My thoughts were interrupted as my hand was grabbed and guided toward the food table. There before my eyes were the candles reminding me of life. Unbeknownst to my well-wishers, was the heaviness my hard carried at this moment. The dream of the last dance with friends and lovers struck a chord with me. I longed for those days of carefree living and loving, but my reality was now constant doctor visits and a strict drug treatment. I managed a smile to disguise the sick I felt in my stomach. Each candle represented a year of life for me, but added more to the list of those who died. I heard the chorus refrain in my ears as I was encouraged to blow out the candles and make a wish. Blowing out the candles meant erasing their memories. I couldn’t do that. My hesitation allowed the candle wax to drip onto the coconut. With the refrain, I heard the voices of those who went before me, celebrating this moment with me as well. They reminded me that I was still here and to take advantage of living. I would not be snuffing out their lives, but honoring them by living mine. I took a deep breath, inhaling the various scents, and held that breath. The chants of “make a wish” forced me to close my eyes and silently whisper my wish to myself. I was a selfish bitch; I wanted more than one wish, but I wasn’t going to be greedy. I settled for two; the first wish was another year to live, to celebrate life. The other wish was always out of reach after being diagnosed: I wished for someone to love and for someone to love me. I blew out the candles, making sure to get each one with this one breath. As I opened my eyes, his eyes met mine.

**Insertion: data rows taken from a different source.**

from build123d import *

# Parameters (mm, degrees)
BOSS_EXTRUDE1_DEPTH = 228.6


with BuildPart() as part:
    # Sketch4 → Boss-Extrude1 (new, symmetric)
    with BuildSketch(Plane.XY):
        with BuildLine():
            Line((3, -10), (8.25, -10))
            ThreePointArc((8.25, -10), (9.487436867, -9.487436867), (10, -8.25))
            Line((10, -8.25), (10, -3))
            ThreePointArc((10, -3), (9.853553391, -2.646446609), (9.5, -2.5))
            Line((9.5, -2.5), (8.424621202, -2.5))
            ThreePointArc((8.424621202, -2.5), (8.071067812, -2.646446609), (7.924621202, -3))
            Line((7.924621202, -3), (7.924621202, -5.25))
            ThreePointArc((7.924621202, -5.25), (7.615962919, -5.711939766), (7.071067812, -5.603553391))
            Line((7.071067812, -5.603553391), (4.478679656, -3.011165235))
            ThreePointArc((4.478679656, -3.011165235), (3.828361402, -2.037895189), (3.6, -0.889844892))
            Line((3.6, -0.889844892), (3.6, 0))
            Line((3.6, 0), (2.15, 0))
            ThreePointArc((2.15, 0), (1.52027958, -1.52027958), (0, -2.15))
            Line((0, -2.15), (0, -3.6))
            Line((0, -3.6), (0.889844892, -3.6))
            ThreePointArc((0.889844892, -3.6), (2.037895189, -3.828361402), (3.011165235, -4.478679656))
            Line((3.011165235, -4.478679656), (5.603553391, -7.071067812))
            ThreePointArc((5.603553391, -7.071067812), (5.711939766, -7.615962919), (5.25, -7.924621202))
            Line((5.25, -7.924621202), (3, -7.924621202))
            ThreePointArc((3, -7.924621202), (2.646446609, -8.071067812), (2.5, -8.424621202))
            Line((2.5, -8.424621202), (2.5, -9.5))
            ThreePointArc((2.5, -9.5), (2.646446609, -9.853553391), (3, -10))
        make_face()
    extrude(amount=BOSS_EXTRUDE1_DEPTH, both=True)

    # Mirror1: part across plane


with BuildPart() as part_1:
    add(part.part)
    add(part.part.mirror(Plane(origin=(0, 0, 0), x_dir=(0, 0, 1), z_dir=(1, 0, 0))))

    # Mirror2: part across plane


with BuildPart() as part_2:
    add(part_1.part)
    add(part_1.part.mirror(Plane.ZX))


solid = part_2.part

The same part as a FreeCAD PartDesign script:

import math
import FreeCAD as App
import Part
import Sketcher
from FreeCAD import Vector
Q = App.Units.Quantity

doc = App.newDocument("Part")
body = doc.addObject("PartDesign::Body", "Body")

# Sketch on XY plane
sketch1 = body.newObject("Sketcher::SketchObject", "Sketch")
sketch1.AttachmentSupport = (doc.getObject("XY_Plane"), [""])
sketch1.MapMode = "FlatFace"
sketch1.addGeometry([
    Part.LineSegment(Vector(3, -10, 0), Vector(8.25, -10, 0)),  # 0
    Part.ArcOfCircle(Part.Circle(Vector(8.25, -8.25, 0), Vector(0, 0, 1), 1.75), math.radians(-90), math.radians(0)),  # 1
    Part.LineSegment(Vector(10, -8.25, 0), Vector(10, -3, 0)),  # 2
    Part.ArcOfCircle(Part.Circle(Vector(9.5, -3, 0), Vector(0, 0, 1), 0.5), math.radians(0), math.radians(90)),  # 3
    Part.LineSegment(Vector(9.5, -2.5, 0), Vector(8.424621, -2.5, 0)),  # 4
    Part.ArcOfCircle(Part.Circle(Vector(8.424621, -3, 0), Vector(0, 0, 1), 0.5), math.radians(90), math.radians(180)),  # 5
    Part.LineSegment(Vector(7.924621, -3, 0), Vector(7.924621, -5.25, 0)),  # 6
    Part.ArcOfCircle(Part.Circle(Vector(7.424621, -5.25, 0), Vector(0, 0, 1), 0.5), math.radians(-135), math.radians(0)),  # 7
    Part.LineSegment(Vector(7.071068, -5.603553, 0), Vector(4.47868, -3.011165, 0)),  # 8
    Part.ArcOfCircle(Part.Circle(Vector(6.6, -0.889845, 0), Vector(0, 0, 1), 3), math.radians(180), math.radians(225)),  # 9
    Part.LineSegment(Vector(3.6, -0.889845, 0), Vector(3.6, 0, 0)),  # 10
    Part.LineSegment(Vector(3.6, 0, 0), Vector(2.15, 0, 0)),  # 11
    Part.ArcOfCircle(Part.Circle(Vector(0, 0, 0), Vector(0, 0, 1), 2.15), math.radians(-90), math.radians(0)),  # 12
    Part.LineSegment(Vector(0, -2.15, 0), Vector(0, -3.6, 0)),  # 13
    Part.LineSegment(Vector(0, -3.6, 0), Vector(0.889845, -3.6, 0)),  # 14
    Part.ArcOfCircle(Part.Circle(Vector(0.889845, -6.6, 0), Vector(0, 0, 1), 3), math.radians(45), math.radians(90)),  # 15
    Part.LineSegment(Vector(3.011165, -4.47868, 0), Vector(5.603553, -7.071068, 0)),  # 16
    Part.ArcOfCircle(Part.Circle(Vector(5.25, -7.424621, 0), Vector(0, 0, 1), 0.5), math.radians(-90), math.radians(45)),  # 17
    Part.LineSegment(Vector(5.25, -7.924621, 0), Vector(3, -7.924621, 0)),  # 18
    Part.ArcOfCircle(Part.Circle(Vector(3, -8.424621, 0), Vector(0, 0, 1), 0.5), math.radians(90), math.radians(180)),  # 19
    Part.LineSegment(Vector(2.5, -8.424621, 0), Vector(2.5, -9.5, 0)),  # 20
    Part.ArcOfCircle(Part.Circle(Vector(3, -9.5, 0), Vector(0, 0, 1), 0.5), math.radians(180), math.radians(270)),  # 21
], False)
sketch1.addConstraint([
    Sketcher.Constraint("Tangent", 0, 2, 1, 1),
    Sketcher.Constraint("Tangent", 1, 2, 2, 1),
    Sketcher.Constraint("Tangent", 2, 2, 3, 1),
    Sketcher.Constraint("Tangent", 3, 2, 4, 1),
    Sketcher.Constraint("Tangent", 4, 2, 5, 1),
    Sketcher.Constraint("Tangent", 5, 2, 6, 1),
    Sketcher.Constraint("Tangent", 6, 2, 7, 2),
    Sketcher.Constraint("Tangent", 7, 1, 8, 1),
    Sketcher.Constraint("Tangent", 8, 2, 9, 2),
    Sketcher.Constraint("Tangent", 9, 1, 10, 1),
    Sketcher.Constraint("Coincident", 10, 2, 11, 1),
    Sketcher.Constraint("Coincident", 11, 2, 12, 2),
    Sketcher.Constraint("Coincident", 12, 1, 13, 1),
    Sketcher.Constraint("Coincident", 13, 2, 14, 1),
    Sketcher.Constraint("Tangent", 14, 2, 15, 2),
    Sketcher.Constraint("Tangent", 15, 1, 16, 1),
    Sketcher.Constraint("Tangent", 16, 2, 17, 2),
    Sketcher.Constraint("Tangent", 17, 1, 18, 1),
    Sketcher.Constraint("Tangent", 18, 2, 19, 1),
    Sketcher.Constraint("Tangent", 19, 2, 20, 1),
    Sketcher.Constraint("Tangent", 20, 2, 21, 1),
    Sketcher.Constraint("Tangent", 21, 2, 0, 1),
    Sketcher.Constraint("Horizontal", 0),
    Sketcher.Constraint("Vertical", 2),
    Sketcher.Constraint("Horizontal", 4),
    Sketcher.Constraint("Vertical", 6),
    Sketcher.Constraint("Vertical", 10),
    Sketcher.Constraint("Horizontal", 11),
    Sketcher.Constraint("Vertical", 13),
    Sketcher.Constraint("Horizontal", 14),
    Sketcher.Constraint("Horizontal", 18),
    Sketcher.Constraint("Vertical", 20),
    Sketcher.Constraint("Coincident", 12, 3, -1, 1),
    Sketcher.Constraint("Equal", 3, 5),
    Sketcher.Constraint("Equal", 5, 7),
    Sketcher.Constraint("Equal", 9, 15),
    Sketcher.Constraint("Equal", 7, 17),
    Sketcher.Constraint("Equal", 17, 19),
    Sketcher.Constraint("Equal", 19, 21),
    Sketcher.Constraint("PointOnObject", 10, 2, -1),
    Sketcher.Constraint("PointOnObject", 12, 1, -2),
    Sketcher.Constraint("Parallel", 8, 16),
    Sketcher.Constraint("Equal", 0, 2),
    Sketcher.Constraint("Equal", 18, 6),
    Sketcher.Constraint("Equal", 14, 10),
    Sketcher.Constraint("Equal", 11, 13),
    Sketcher.Constraint("Equal", 4, 20),
    Sketcher.Constraint("Equal", 8, 16),
    Sketcher.Constraint("Radius", 9, Q("3 mm")),
    Sketcher.Constraint("Radius", 3, Q("0.5 mm")),
    Sketcher.Constraint("Radius", 1, Q("1.75 mm")),
    Sketcher.Constraint("Radius", 12, Q("2.15 mm")),
    Sketcher.Constraint("DistanceY", 3, 3, -1, 1, Q("3 mm")),
    Sketcher.Constraint("DistanceY", 0, 2, -1, 1, Q("10 mm")),
    Sketcher.Constraint("DistanceY", 1, 3, 7, 3, Q("3 mm")),
    Sketcher.Constraint("DistanceX", 11, 2, 11, 1, Q("1.45 mm")),
    Sketcher.Constraint("DistanceX", 4, 2, 4, 1, Q("1.075379 mm")),
])
pad1 = body.newObject("PartDesign::Pad", "Pad")
pad1.Profile = sketch1
pad1.Length = 457.2
pad1.Midplane = True
body2 = doc.addObject("PartDesign::Body", "Body001")
doc.recompute()

body2.BaseFeature = body
doc.recompute()

mirroring = doc.addObject("Part::Mirroring", "Mirroring")
mirroring.Source = body
mirroring.Base = Vector(0, 0, 0)
mirroring.Normal = Vector(1, 0, 0)
body3 = doc.addObject("PartDesign::Body", "Body002")
body3.BaseFeature = mirroring
boolean = body2.newObject("PartDesign::Boolean", "Boolean")
boolean.Type = "Fuse"
boolean.addObjects([body3])
doc.recompute()
body4 = doc.addObject("PartDesign::Body", "Body003")
doc.recompute()

body4.BaseFeature = body2
doc.recompute()

mirroring2 = doc.addObject("Part::Mirroring", "Mirroring001")
mirroring2.Source = body2
mirroring2.Base = Vector(0, 0, 0)
mirroring2.Normal = Vector(0, 1, 0)
body5 = doc.addObject("PartDesign::Body", "Body004")
body5.BaseFeature = mirroring2
boolean2 = body4.newObject("PartDesign::Boolean", "Boolean001")
boolean2.Type = "Fuse"
boolean2.addObjects([body5])
doc.recompute()
mirroring.Visibility = False
mirroring2.Visibility = False

doc.recompute()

Love is a motherfucker. Like Stephanie Mills, I needed and sought the comfort of a man, but only found little boys pretending to be men. With a big smile and a trick hip came game and dishonesty. Many assumed I was desperate because I was living with a chronic disease. They figured my life expectancy was short, and I would put up with anything in order to have someone in my bed, or arms, for that matter. Initially, I found myself seeking out the love and attention of others. I needed to feel like the man I once was before being diagnosed with HIV. I wanted to feel desirable, so I found myself accepting anything and everything offered to me. There were the brothers who promised to be there through thick and thin, to wipe tears and offer comfort. But after they got their nut, they left. Then, there were the white boys, who became motherly and smothering. They were well-informed about HIV disease and the effects it had on the body and the psyche. But their concern for my welfare far out-shadowed any possibilities of simple love, patience and understanding.

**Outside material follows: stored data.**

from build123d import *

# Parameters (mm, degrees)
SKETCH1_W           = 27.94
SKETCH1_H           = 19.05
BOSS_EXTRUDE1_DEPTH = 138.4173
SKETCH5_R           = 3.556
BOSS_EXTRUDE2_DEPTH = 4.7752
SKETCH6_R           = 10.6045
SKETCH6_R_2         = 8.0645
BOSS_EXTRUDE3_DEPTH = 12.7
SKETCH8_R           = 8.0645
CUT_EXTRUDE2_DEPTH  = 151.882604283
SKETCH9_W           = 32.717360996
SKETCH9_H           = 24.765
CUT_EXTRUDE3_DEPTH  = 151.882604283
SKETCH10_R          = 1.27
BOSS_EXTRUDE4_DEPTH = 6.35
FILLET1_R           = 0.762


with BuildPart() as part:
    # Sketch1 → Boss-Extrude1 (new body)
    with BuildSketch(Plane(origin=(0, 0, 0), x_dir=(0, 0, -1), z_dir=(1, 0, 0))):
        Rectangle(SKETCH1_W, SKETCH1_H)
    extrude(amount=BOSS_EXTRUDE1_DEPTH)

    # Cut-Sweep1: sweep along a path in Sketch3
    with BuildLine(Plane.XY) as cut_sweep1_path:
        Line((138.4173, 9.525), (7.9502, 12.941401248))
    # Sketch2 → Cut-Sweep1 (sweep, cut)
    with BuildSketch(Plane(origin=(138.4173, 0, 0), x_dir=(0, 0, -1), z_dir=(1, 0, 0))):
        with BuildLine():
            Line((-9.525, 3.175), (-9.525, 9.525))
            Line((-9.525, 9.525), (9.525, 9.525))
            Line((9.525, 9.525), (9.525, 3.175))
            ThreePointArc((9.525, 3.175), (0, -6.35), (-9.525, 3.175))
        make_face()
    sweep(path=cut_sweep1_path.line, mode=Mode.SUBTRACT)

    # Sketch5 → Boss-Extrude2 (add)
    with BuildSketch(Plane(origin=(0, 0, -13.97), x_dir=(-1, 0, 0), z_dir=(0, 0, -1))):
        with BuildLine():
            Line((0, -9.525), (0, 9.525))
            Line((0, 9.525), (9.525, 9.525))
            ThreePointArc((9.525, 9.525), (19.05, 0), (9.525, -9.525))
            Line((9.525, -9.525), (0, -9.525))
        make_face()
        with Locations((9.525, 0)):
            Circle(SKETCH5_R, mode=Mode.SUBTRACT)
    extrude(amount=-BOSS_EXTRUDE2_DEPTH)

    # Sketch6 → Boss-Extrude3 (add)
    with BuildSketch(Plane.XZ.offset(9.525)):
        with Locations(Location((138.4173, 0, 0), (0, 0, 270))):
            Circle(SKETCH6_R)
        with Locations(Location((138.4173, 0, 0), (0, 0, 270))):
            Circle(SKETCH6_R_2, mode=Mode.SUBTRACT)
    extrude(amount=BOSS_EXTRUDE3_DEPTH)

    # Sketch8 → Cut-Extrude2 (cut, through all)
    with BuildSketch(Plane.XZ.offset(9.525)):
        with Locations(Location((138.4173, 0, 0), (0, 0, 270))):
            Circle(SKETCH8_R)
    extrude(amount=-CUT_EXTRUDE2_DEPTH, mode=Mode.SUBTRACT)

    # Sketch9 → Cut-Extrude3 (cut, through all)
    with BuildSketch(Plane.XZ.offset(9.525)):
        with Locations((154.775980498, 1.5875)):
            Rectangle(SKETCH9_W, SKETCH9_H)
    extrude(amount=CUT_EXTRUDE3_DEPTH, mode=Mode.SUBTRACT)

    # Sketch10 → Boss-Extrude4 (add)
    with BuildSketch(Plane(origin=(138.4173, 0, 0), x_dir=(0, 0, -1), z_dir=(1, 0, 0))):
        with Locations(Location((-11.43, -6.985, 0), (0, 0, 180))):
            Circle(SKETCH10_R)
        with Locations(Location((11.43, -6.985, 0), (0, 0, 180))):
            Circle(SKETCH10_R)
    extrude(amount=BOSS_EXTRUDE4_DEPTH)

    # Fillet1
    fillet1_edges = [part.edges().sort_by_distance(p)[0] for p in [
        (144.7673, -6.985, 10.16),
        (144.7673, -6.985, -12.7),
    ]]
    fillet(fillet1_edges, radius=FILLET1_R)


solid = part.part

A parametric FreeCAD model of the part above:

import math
import FreeCAD as App
import Part
import Sketcher
Q = App.Units.Quantity


def edges_at(feature, points):
    """Names of the edges that pass closest to the given points."""
    edges = feature.Shape.Edges
    near = lambda p: min(range(len(edges)), key=lambda i: edges[i].distToShape(Part.Vertex(*p))[0])
    return sorted({f"Edge{near(p) + 1}" for p in points})


def add_polygon(sketch, points):
    """Adds a closed chain of lines whose ends are joined by coincident constraints."""
    first, n = sketch.GeometryCount, len(points)
    for a, b in zip(points, points[1:] + points[:1]):
        sketch.addGeometry(Part.LineSegment(App.Vector(*a, 0), App.Vector(*b, 0)), False)
    for i in range(n):
        sketch.addConstraint(Sketcher.Constraint("Coincident", first + i, 2, first + (i + 1) % n, 1))

doc = App.newDocument("Part")
body = doc.addObject("PartDesign::Body", "Body")

sketch1 = doc.addObject("Sketcher::SketchObject", "Sketch")
body.addObject(sketch1)
sketch1.AttachmentSupport = (doc.YZ_Plane, [""])
sketch1.MapMode = "FlatFace"
add_polygon(sketch1, [(10, 14), (-10, 14), (-10, -14), (10, -14)])
sketch1.addConstraint(Sketcher.Constraint("Horizontal", 0))
sketch1.addConstraint(Sketcher.Constraint("Vertical", 1))
sketch1.addConstraint(Sketcher.Constraint("Horizontal", 2))
sketch1.addConstraint(Sketcher.Constraint("Vertical", 3))
sketch1.addConstraint(Sketcher.Constraint("Symmetric", 0, 2, 2, 2, -1, 1))
sketch1.addConstraint(Sketcher.Constraint("DistanceY", 1, 2, 1, 1, Q("1.1 in")))
sketch1.addConstraint(Sketcher.Constraint("DistanceX", 0, 2, 0, 1, Q("0.75 in")))
pad1 = doc.addObject("PartDesign::Pad", "Pad")
body.addObject(pad1)
pad1.Profile = sketch1
pad1.Length = Q("5.4495 in")

sketch2 = doc.addObject("Sketcher::SketchObject", "Sketch001")
body.addObject(sketch2)
sketch2.AttachmentSupport = (doc.YZ_Plane, [""])
sketch2.MapMode = "FlatFace"
sketch2.AttachmentOffset = App.Placement(App.Vector(0, 0, 5.4495 * 25.4), App.Rotation())
sketch2.addGeometry(Part.LineSegment(App.Vector(10, 10, 0), App.Vector(3, 10, 0)), False)
sketch2.addGeometry(Part.ArcOfCircle(Part.Circle(App.Vector(3, 0, 0), App.Vector(0, 0, 1), 10), math.radians(90), math.radians(270)), False)
sketch2.addGeometry(Part.LineSegment(App.Vector(3, -10, 0), App.Vector(10, -10, 0)), False)
sketch2.addGeometry(Part.LineSegment(App.Vector(10, -10, 0), App.Vector(10, 10, 0)), False)
sketch2.addConstraint(Sketcher.Constraint("Tangent", 0, 2, 1, 1))
sketch2.addConstraint(Sketcher.Constraint("Tangent", 1, 2, 2, 1))
sketch2.addConstraint(Sketcher.Constraint("Coincident", 2, 2, 3, 1))
sketch2.addConstraint(Sketcher.Constraint("Coincident", 3, 2, 0, 1))
sketch2.addConstraint(Sketcher.Constraint("Horizontal", 0))
sketch2.addConstraint(Sketcher.Constraint("Horizontal", 2))
sketch2.addConstraint(Sketcher.Constraint("Vertical", 3))
sketch2.addConstraint(Sketcher.Constraint("PointOnObject", 1, 3, -1))
sketch2.addConstraint(Sketcher.Constraint("Radius", 1, Q("0.375 in")))
sketch2.addConstraint(Sketcher.Constraint("DistanceX", 0, 2, 0, 1, Q("0.25 in")))
sketch2.addConstraint(Sketcher.Constraint("DistanceX", -1, 1, 1, 3, Q("0.125 in")))

sketch3 = doc.addObject("Sketcher::SketchObject", "Sketch002")
body.addObject(sketch3)
sketch3.Placement = App.Placement(App.Vector(0.344098, 13.140574, 0), App.Rotation(App.Vector(-0.999657325, 0.026176948, 0), App.Vector(0, 0, 1), App.Vector(0.026176948, 0.999657325, 0), "ZXY"))
sketch3.addGeometry(Part.LineSegment(App.Vector(-138, 0, 0), App.Vector(-8, 0, 0)), False)
sketch3.addConstraint(Sketcher.Constraint("Horizontal", 0))
sketch3.addConstraint(Sketcher.Constraint("PointOnObject", 0, 1, -1))
sketch3.addConstraint(Sketcher.Constraint("DistanceX", 0, 1, 0, 2, Q("130.511823 mm")))
sketch3.addConstraint(Sketcher.Constraint("DistanceX", 0, 2, -1, 1, Q("7.608709 mm")))
doc.recompute()

subtractivepipe = doc.addObject("PartDesign::SubtractivePipe", "SubtractivePipe")
body.addObject(subtractivepipe)
subtractivepipe.Profile = sketch2
subtractivepipe.Spine = (sketch3, ["Edge1"])

sketch4 = doc.addObject("Sketcher::SketchObject", "Sketch003")
body.addObject(sketch4)
sketch4.AttachmentSupport = (doc.XY_Plane, [""])
sketch4.MapMode = "FlatFace"
sketch4.AttachmentOffset = App.Placement(App.Vector(0, 0, -0.55 * 25.4), App.Rotation())
sketch4.addGeometry(Part.LineSegment(App.Vector(0, 9.5, 0), App.Vector(0, -9.5, 0)), False)
sketch4.addGeometry(Part.LineSegment(App.Vector(0, -9.5, 0), App.Vector(-9.5, -9.5, 0)), False)
sketch4.addGeometry(Part.ArcOfCircle(Part.Circle(App.Vector(-9.5, 0, 0), App.Vector(0, 0, 1), 9.5), math.radians(90), math.radians(270)), False)
sketch4.addGeometry(Part.LineSegment(App.Vector(-9.5, 9.5, 0), App.Vector(0, 9.5, 0)), False)
sketch4.addGeometry(Part.Circle(App.Vector(-9.5, 0, 0), App.Vector(0, 0, 1), 3.6), False)
sketch4.addConstraint(Sketcher.Constraint("Coincident", 0, 2, 1, 1))
sketch4.addConstraint(Sketcher.Constraint("Tangent", 1, 2, 2, 2))
sketch4.addConstraint(Sketcher.Constraint("Tangent", 2, 1, 3, 1))
sketch4.addConstraint(Sketcher.Constraint("Coincident", 3, 2, 0, 1))
sketch4.addConstraint(Sketcher.Constraint("Vertical", 0))
sketch4.addConstraint(Sketcher.Constraint("Horizontal", 1))
sketch4.addConstraint(Sketcher.Constraint("Horizontal", 3))
sketch4.addConstraint(Sketcher.Constraint("Coincident", 4, 3, 2, 3))
sketch4.addConstraint(Sketcher.Constraint("Symmetric", 0, 2, 3, 2, -1, 1))
sketch4.addConstraint(Sketcher.Constraint("Diameter", 4, Q("0.28 in")))
sketch4.addConstraint(Sketcher.Constraint("Radius", 2, Q("0.375 in")))
sketch4.addConstraint(Sketcher.Constraint("DistanceX", 1, 2, 1, 1, Q("0.375 in")))
pad2 = doc.addObject("PartDesign::Pad", "Pad001")
body.addObject(pad2)
pad2.Profile = sketch4
pad2.Length = Q("0.188 in")

sketch5 = doc.addObject("Sketcher::SketchObject", "Sketch004")
body.addObject(sketch5)
sketch5.AttachmentSupport = (doc.XZ_Plane, [""])
sketch5.MapMode = "FlatFace"
sketch5.AttachmentOffset = App.Placement(App.Vector(0, 0, 0.375 * 25.4), App.Rotation())
sketch5.addGeometry(Part.Circle(App.Vector(138, 0, 0), App.Vector(0, 0, 1), 11), False)
sketch5.addGeometry(Part.Circle(App.Vector(138, 0, 0), App.Vector(0, 0, 1), 8), False)
sketch5.addConstraint(Sketcher.Constraint("Coincident", 1, 3, 0, 3))
sketch5.addConstraint(Sketcher.Constraint("PointOnObject", 0, 3, -1))
sketch5.addConstraint(Sketcher.Constraint("Diameter", 0, Q("0.835 in")))
sketch5.addConstraint(Sketcher.Constraint("Diameter", 1, Q("0.635 in")))
sketch5.addConstraint(Sketcher.Constraint("DistanceX", -1, 1, 0, 3, Q("5.4495 in")))
pad3 = doc.addObject("PartDesign::Pad", "Pad002")
body.addObject(pad3)
pad3.Profile = sketch5
pad3.Length = Q("0.5 in")

sketch6 = doc.addObject("Sketcher::SketchObject", "Sketch005")
body.addObject(sketch6)
sketch6.AttachmentSupport = (doc.XZ_Plane, [""])
sketch6.MapMode = "FlatFace"
sketch6.AttachmentOffset = App.Placement(App.Vector(0, 0, 0.375 * 25.4), App.Rotation())
sketch6.addGeometry(Part.Circle(App.Vector(138, 0, 0), App.Vector(0, 0, 1), 8), False)
sketch6.addConstraint(Sketcher.Constraint("PointOnObject", 0, 3, -1))
sketch6.addConstraint(Sketcher.Constraint("Diameter", 0, Q("0.635 in")))
sketch6.addConstraint(Sketcher.Constraint("DistanceX", -1, 1, 0, 3, Q("5.4495 in")))
pocket1 = doc.addObject("PartDesign::Pocket", "Pocket")
body.addObject(pocket1)
pocket1.Profile = sketch6
pocket1.Type = "ThroughAll"

sketch7 = doc.addObject("Sketcher::SketchObject", "Sketch006")
body.addObject(sketch7)
sketch7.AttachmentSupport = (doc.XZ_Plane, [""])
sketch7.MapMode = "FlatFace"
sketch7.AttachmentOffset = App.Placement(App.Vector(0, 0, 0.375 * 25.4), App.Rotation())
add_polygon(sketch7, [(138, 14), (138, -11), (171, -11), (171, 14)])
sketch7.addConstraint(Sketcher.Constraint("Vertical", 0))
sketch7.addConstraint(Sketcher.Constraint("Horizontal", 1))
sketch7.addConstraint(Sketcher.Constraint("Vertical", 2))
sketch7.addConstraint(Sketcher.Constraint("Horizontal", 3))
sketch7.addConstraint(Sketcher.Constraint("DistanceY", 0, 2, 0, 1, Q("0.975 in")))
sketch7.addConstraint(Sketcher.Constraint("DistanceY", -1, 1, 2, 2, Q("0.55 in")))
sketch7.addConstraint(Sketcher.Constraint("DistanceX", -1, 1, 0, 2, Q("5.4495 in")))
sketch7.addConstraint(Sketcher.Constraint("DistanceX", 1, 1, 1, 2, Q("32.717361 mm")))
pocket2 = doc.addObject("PartDesign::Pocket", "Pocket001")
body.addObject(pocket2)
pocket2.Profile = sketch7
pocket2.Type = "ThroughAll"
pocket2.Reversed = True

sketch8 = doc.addObject("Sketcher::SketchObject", "Sketch007")
body.addObject(sketch8)
sketch8.AttachmentSupport = (doc.YZ_Plane, [""])
sketch8.MapMode = "FlatFace"
sketch8.AttachmentOffset = App.Placement(App.Vector(0, 0, 5.4495 * 25.4), App.Rotation())
sketch8.addGeometry(Part.Circle(App.Vector(-7, 11.4, 0), App.Vector(0, 0, 1), 1.3), False)
sketch8.addGeometry(Part.Circle(App.Vector(-7, -11.4, 0), App.Vector(0, 0, 1), 1.3), False)
sketch8.addConstraint(Sketcher.Constraint("Equal", 0, 1))
sketch8.addConstraint(Sketcher.Constraint("Symmetric", 0, 3, 1, 3, -1))
sketch8.addConstraint(Sketcher.Constraint("Diameter", 0, Q("0.1 in")))
sketch8.addConstraint(Sketcher.Constraint("DistanceY", 1, 3, 0, 3, Q("0.9 in")))
sketch8.addConstraint(Sketcher.Constraint("DistanceX", 0, 3, -1, 1, Q("0.275 in")))
pad4 = doc.addObject("PartDesign::Pad", "Pad003")
body.addObject(pad4)
pad4.Profile = sketch8
pad4.Length = Q("0.25 in")
doc.recompute()

fillet = doc.addObject("PartDesign::Fillet", "Fillet")
body.addObject(fillet)
fillet.Base = (pad4, edges_at(pad4, [(144.767, -6.985, 10.16), (144.767, -6.985, -12.7)]))
fillet.Radius = Q("0.03 in")

doc.recompute()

So rather than focus on the love that would nurture me from someone else, I focused that search on myself. On that new journey, I discovered the true essence of me. In a moment of self-reflection, I found the greatest love that I could possibly receive was from me. The numerous faces and body parts that graced my door and bedroom were substitutions for what was truly missing—me. After this epiphany, I got my ass off of the couch and away from the number of sex websites searching for a temporary fix; I decided on some long-term goals.
For starters, I started to seek others who were like me. I found myself attending local support groups in the area, not for dating purposes, but for that uplifting support. I found it therapeutic to meet others like me, some long-term non-progressors, as well as some who were in the final stages of the journey. It was refreshing to share and hear from others what struggles we all shared—love, compassion, being ostracized and being embracement. I would walk away from the meetings at night, reinvigorated, energized and empowered. Sometimes it was difficult to attend a meeting and see an empty seat of someone you had come to love and respect because they were called home. It was moments like this that made living with this disease unbearable. But I would take with me the contribution that man or woman had made to my life. I held onto the thoughts, the words and the love they offered, without asking for anything in return. It continued to nourish during those moments of silent tears in the privacy of my own home to mourn their passing.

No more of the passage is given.